The green card lottery is regulated under the Immigration and Nationality Act (INA), sections 203c and 131. It is geared to enable people to immigrate to the United States from countries that don’t have high immigration rates. More than 80 percent of the visas awarded through the lottery go to African and European countries. An immigrant must be family-sponsored, employment sponsored or a relative of a US citizen.
How can I participate in the lottery?
The green card lottery makes available 50,000 green cards. Applicants have gone through plenty of paperwork to be qualified for the lottery. Eligibility requirements include proof of the country of origin, proof of a high school education or equivalent or proof of the country of origin of a spouse, meaning you are married to someone eligible for the lottery. There are certain countries whose residents are restricted from entering the lottery; if more than the required number of immigrants from a certain country are granted over five years, that country is put on the ineligible list, and no more immigrants from there can apply until the country is eligible again.

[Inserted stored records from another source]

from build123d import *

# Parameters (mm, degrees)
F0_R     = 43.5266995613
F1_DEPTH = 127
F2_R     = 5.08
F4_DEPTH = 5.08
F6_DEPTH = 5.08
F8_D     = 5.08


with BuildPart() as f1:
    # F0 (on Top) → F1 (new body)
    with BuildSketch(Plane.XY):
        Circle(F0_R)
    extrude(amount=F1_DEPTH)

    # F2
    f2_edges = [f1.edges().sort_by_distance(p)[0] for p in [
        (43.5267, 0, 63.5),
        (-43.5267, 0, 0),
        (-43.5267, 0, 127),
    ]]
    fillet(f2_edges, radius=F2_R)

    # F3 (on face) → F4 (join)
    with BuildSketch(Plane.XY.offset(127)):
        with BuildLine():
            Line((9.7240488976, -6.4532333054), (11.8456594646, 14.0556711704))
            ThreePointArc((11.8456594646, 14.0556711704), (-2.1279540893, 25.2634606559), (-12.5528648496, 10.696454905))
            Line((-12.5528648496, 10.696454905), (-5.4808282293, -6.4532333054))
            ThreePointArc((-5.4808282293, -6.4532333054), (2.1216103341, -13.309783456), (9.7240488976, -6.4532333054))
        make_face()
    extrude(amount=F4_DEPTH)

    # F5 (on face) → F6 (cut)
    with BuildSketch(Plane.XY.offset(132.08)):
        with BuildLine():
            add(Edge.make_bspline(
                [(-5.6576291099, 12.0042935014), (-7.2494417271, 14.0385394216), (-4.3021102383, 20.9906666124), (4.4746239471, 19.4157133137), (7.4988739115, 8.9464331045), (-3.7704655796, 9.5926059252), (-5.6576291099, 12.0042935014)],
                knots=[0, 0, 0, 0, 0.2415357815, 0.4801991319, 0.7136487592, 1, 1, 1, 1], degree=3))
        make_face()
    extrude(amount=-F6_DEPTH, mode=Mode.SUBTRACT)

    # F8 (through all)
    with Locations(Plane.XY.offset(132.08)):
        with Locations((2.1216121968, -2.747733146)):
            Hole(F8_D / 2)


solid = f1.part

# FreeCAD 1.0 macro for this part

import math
import FreeCAD as App
import Part
import Sketcher
Q = App.Units.Quantity

doc = App.newDocument("Part")
body = doc.addObject("PartDesign::Body", "Body")

# Sketch on XY plane
sketch1 = body.newObject("Sketcher::SketchObject", "Sketch")
sketch1.AttachmentSupport = (doc.getObject("XY_Plane"), [""])
sketch1.MapMode = "FlatFace"
sketch1.addGeometry(Part.Circle(App.Vector(0, 0, 0), App.Vector(0, 0, 1), 44), False)
sketch1.addConstraint([
    Sketcher.Constraint("Coincident", 0, 3, -1, 1),
    Sketcher.Constraint("Diameter", 0, Q("87.053399 mm")),
])
pad1 = body.newObject("PartDesign::Pad", "Pad")
pad1.Profile = sketch1
pad1.Length = Q("5 in")
doc.recompute()

fillet = body.newObject("PartDesign::Fillet", "Fillet")
fillet.Base = (pad1, ["Edge1"])
fillet.UseAllEdges = True
fillet.Radius = Q("0.2 in")

# Sketch on XY plane
sketch2 = body.newObject("Sketcher::SketchObject", "Sketch001")
sketch2.AttachmentSupport = (doc.getObject("XY_Plane"), [""])
sketch2.MapMode = "FlatFace"
sketch2.AttachmentOffset = App.Placement(App.Vector(0, 0, 5 * 25.4), App.Rotation())
sketch2.addGeometry([
    Part.LineSegment(App.Vector(10, -6, 0), App.Vector(12, 14, 0)),
    Part.ArcOfCircle(Part.Circle(App.Vector(0, 13, 0), App.Vector(0, 0, 1), 12), math.radians(5), math.radians(191)),
    Part.LineSegment(App.Vector(-13, 11, 0), App.Vector(-5, -6, 0)),
    Part.ArcOfCircle(Part.Circle(App.Vector(2, -6, 0), App.Vector(0, 0, 1), 8), math.radians(-174), math.radians(-6)),
], False)
sketch2.addConstraint([
    Sketcher.Constraint("Coincident", 0, 2, 1, 1),
    Sketcher.Constraint("Coincident", 1, 2, 2, 1),
    Sketcher.Constraint("Coincident", 2, 2, 3, 1),
    Sketcher.Constraint("Tangent", 3, 2, 0, 1),
    Sketcher.Constraint("Horizontal", 2, 2, 3, 2),
    Sketcher.Constraint("Radius", 1, Q("12.33289 mm")),
    Sketcher.Constraint("Radius", 3, Q("7.643009 mm")),
    Sketcher.Constraint("DistanceY", 3, 3, 1, 3, Q("18.712601 mm")),
    Sketcher.Constraint("Distance", 0, Q("20.618351 mm")),
    Sketcher.Constraint("Distance", 2, Q("18.55062 mm")),
    Sketcher.Constraint("DistanceX", -1, 1, 3, 3, Q("2.12161 mm")),
    Sketcher.Constraint("DistanceX", -1, 1, 0, 2, Q("11.845659 mm")),
    Sketcher.Constraint("DistanceY", -1, 1, 0, 2, Q("14.055671 mm")),
])
pad2 = body.newObject("PartDesign::Pad", "Pad001")
pad2.Profile = sketch2
pad2.Length = Q("0.2 in")

# Sketch on XY plane
sketch3 = body.newObject("Sketcher::SketchObject", "Sketch002")
sketch3.AttachmentSupport = (doc.getObject("XY_Plane"), [""])
sketch3.MapMode = "FlatFace"
sketch3.AttachmentOffset = App.Placement(App.Vector(0, 0, 5.2 * 25.4), App.Rotation())
sketch3.addGeometry(Part.BSplineCurve([App.Vector(-5.657629, 12.004294, 0), App.Vector(-7.249442, 14.038539, 0), App.Vector(-4.30211, 20.990667, 0), App.Vector(4.474624, 19.415713, 0), App.Vector(7.498874, 8.946433, 0), App.Vector(-3.770466, 9.592606, 0), App.Vector(-5.657629, 12.004294, 0)], [4, 1, 1, 1, 4], [0, 0.241535781, 0.480199132, 0.713648759, 1], False, 3, [1, 1, 1, 1, 1, 1, 1], False), False)
sketch3.addConstraint(Sketcher.Constraint("Block", 0))
pocket1 = body.newObject("PartDesign::Pocket", "Pocket")
pocket1.Profile = sketch3
pocket1.Length = Q("0.2 in")

# Sketch on XY plane
sketch4 = body.newObject("Sketcher::SketchObject", "Sketch003")
sketch4.AttachmentSupport = (doc.getObject("XY_Plane"), [""])
sketch4.MapMode = "FlatFace"
sketch4.AttachmentOffset = App.Placement(App.Vector(0, 0, 5.2 * 25.4), App.Rotation())
sketch4.addGeometry(Part.Circle(App.Vector(2.1, -2.7, 0), App.Vector(0, 0, 1), 2.5), False)
sketch4.addConstraint([
    Sketcher.Constraint("Diameter", 0, Q("0.2 in")),
    Sketcher.Constraint("DistanceX", -1, 1, 0, 3, Q("2.121612 mm")),
    Sketcher.Constraint("DistanceY", 0, 3, -1, 1, Q("2.747733 mm")),
])
doc.recompute()
hole = body.newObject("PartDesign::Hole", "Hole")
hole.Profile = sketch4
hole.ThreadType = "None"
hole.Diameter = Q("0.2 in")
hole.DepthType = "ThroughAll"

doc.recompute()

A lottery application must be filled out in English and contain copies of all the relevant information regarding proof of claims, including a photograph. If someone wishes to include their family members on the application, it must contain passport-style photos of each person.
What happens if I am chosen?
Once the 50,000 applicants are selected, the applicants are required to submit even more paperwork. Once the paperwork is reviewed, the applicant will be invited to a series of interviews at either a US consulate in their native country or at a United States Citizenship and Immigration Services office (USCIS).
What about companies that offer to help me?
There are several organizations that claim to facilitate an applicant’s status in the lottery. These groups are not official government entities and there have been reports of fraud and deception on a widespread scale. The State Department has a special section that outlines the practices of such organizations and lists several warnings that applicants can heed.